My employer is not covered as an employer required to comply with the Aerosol Transmissible Diseases (ATD) Standard as defined in California’s Code of Regulations. Does my employer have to do anything differently?

First, check with Cal/OSHA to verify whether your employer is covered under the ATD Standard. Additionally, OSHA has classified risk of exposure to COVID-19 into four categories:

COVID risksVery High: i.e. Healthcare, laboratory, morgue

High: i.e. Healthcare delivery/support, medical transport, mortuaries

Medium: i.e. Frequent contact with international travel, schools, retail

Low: i.e. Offices, manufacturing/industrial facilities, long-haul drivers

Even employers not covered by the ATD standard or not subject to a high risk of exposure must provide the following:

  • Injury and Illness Prevention Program (IIPP) – All employers must have an IIPP (title 8 section 3203) to protect employees from workplace hazards. Employers are required to determine if COVID-19 infection is a hazard in their workplace. If it is a workplace hazard, then employers must: (1) Implement measures to prevent or reduce infection hazards, such as implementing the CDC recommended actions listed above, and (2) Provide training to employees on their COVID-19 infection prevention methods.
  • Washing Facilities – Regardless of COVID-19 risk, all employers must provide washing facilities that have an adequate supply of suitable cleansing agents, water and single-use towels or blowers.
  • Personal Protective Equipment (PPE) – Title 8 section 3380 Personal Protective Devices requires employers to conduct a hazard assessment to determine if hazards are present in the workplace that necessitate the use of PPE. If an employer identifies COVID-19 as a workplace hazard, they must select and provide exposed employees with properly fitting PPE that will effectively protect employees.\
  • Control of Harmful Exposures – Title 8 section 5141 Control of Harmful Exposures requires employers to protect employees from inhalation exposures that can result in injury, illness, disease, impairment or loss of function.
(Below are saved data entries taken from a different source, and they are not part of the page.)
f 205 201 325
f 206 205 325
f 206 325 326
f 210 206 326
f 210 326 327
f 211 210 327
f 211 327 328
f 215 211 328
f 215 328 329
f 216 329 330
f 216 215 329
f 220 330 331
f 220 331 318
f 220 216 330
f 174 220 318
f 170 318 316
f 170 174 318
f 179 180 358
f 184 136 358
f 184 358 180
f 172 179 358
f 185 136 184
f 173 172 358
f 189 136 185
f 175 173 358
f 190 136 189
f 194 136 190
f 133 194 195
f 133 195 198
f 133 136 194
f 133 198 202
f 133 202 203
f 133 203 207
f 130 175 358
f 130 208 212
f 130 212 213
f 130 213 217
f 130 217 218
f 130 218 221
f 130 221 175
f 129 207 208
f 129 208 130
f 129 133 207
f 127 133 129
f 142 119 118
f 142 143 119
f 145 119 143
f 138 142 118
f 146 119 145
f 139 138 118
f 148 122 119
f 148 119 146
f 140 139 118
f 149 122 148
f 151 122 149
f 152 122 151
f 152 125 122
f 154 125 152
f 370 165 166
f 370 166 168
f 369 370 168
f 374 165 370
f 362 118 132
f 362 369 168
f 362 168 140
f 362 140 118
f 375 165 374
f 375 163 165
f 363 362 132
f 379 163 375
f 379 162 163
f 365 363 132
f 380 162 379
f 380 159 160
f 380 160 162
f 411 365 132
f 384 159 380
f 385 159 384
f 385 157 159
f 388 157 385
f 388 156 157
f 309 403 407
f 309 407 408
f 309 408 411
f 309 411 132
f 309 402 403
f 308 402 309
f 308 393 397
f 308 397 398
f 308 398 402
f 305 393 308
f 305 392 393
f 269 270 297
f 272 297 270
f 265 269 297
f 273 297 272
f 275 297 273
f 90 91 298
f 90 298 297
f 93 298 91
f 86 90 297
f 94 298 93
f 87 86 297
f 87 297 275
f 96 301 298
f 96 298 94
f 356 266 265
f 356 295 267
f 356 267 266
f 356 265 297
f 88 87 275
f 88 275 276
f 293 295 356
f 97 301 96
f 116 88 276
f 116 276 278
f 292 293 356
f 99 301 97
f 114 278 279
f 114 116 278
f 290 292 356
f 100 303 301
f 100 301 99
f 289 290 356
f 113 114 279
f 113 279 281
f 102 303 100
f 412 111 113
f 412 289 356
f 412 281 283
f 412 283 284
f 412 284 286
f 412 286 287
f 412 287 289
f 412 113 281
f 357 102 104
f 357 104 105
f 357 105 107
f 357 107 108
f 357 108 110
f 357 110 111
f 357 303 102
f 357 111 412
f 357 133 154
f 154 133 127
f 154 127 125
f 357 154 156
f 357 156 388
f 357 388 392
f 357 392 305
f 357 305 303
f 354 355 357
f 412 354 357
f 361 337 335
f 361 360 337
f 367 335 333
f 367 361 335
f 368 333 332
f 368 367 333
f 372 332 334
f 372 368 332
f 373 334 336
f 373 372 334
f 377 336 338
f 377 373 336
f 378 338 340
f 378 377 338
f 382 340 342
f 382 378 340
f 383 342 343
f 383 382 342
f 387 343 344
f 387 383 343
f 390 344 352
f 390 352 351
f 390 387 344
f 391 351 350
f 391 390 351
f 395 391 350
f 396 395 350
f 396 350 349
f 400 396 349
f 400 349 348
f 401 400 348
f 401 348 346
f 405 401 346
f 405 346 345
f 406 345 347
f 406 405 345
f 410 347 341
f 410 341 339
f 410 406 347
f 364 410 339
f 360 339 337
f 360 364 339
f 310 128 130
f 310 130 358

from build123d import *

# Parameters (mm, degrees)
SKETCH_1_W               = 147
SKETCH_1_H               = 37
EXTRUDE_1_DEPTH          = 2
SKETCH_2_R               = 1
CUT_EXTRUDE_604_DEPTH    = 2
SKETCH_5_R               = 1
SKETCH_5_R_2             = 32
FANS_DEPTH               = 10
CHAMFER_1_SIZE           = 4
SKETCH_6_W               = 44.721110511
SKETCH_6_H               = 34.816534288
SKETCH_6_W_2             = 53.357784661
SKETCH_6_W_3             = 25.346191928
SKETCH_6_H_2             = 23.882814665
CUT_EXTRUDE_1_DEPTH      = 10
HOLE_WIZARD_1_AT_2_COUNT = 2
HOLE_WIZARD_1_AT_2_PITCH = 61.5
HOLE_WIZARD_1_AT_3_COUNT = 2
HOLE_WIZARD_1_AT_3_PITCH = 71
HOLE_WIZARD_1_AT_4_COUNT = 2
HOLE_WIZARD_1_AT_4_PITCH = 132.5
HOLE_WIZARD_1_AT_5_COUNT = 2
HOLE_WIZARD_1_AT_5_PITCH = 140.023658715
COVID-19 is a harmful exposure if there is an increased risk of infection at the workplace. Employers must implement engineering controls where feasible and administrative controls where practicable, or provide respiratory protection where engineering and administrative controls cannot protect employees and during emergencies.

For more information on respirator use see section 5144 and the federal OSHA respiratory protection etool. Surgical and other non-respirator face masks do not protect persons from airborne infectious disease and cannot be relied upon for novel pathogens. They do not prevent inhalation of virus particles because they do not seal to the person’s face and are not tested to the filtration efficiencies of respirators.

I don’t think my employer is complying with OSHA standards. Can I be fired for reporting them?

No. Employers are prohibited from retaliating against workers for raising concerns about safety and health conditions, pursuant to Section 11(c) of the Occupational Safety and Health Act of 1970, 29 USC 660(c). Additionally, OSHA has a Whistleblower Protection Program which protects employees from retaliation for reporting concerns about hazards or violations. If you think you have suffered retaliation, submit a complaint to OSHA as soon as possible.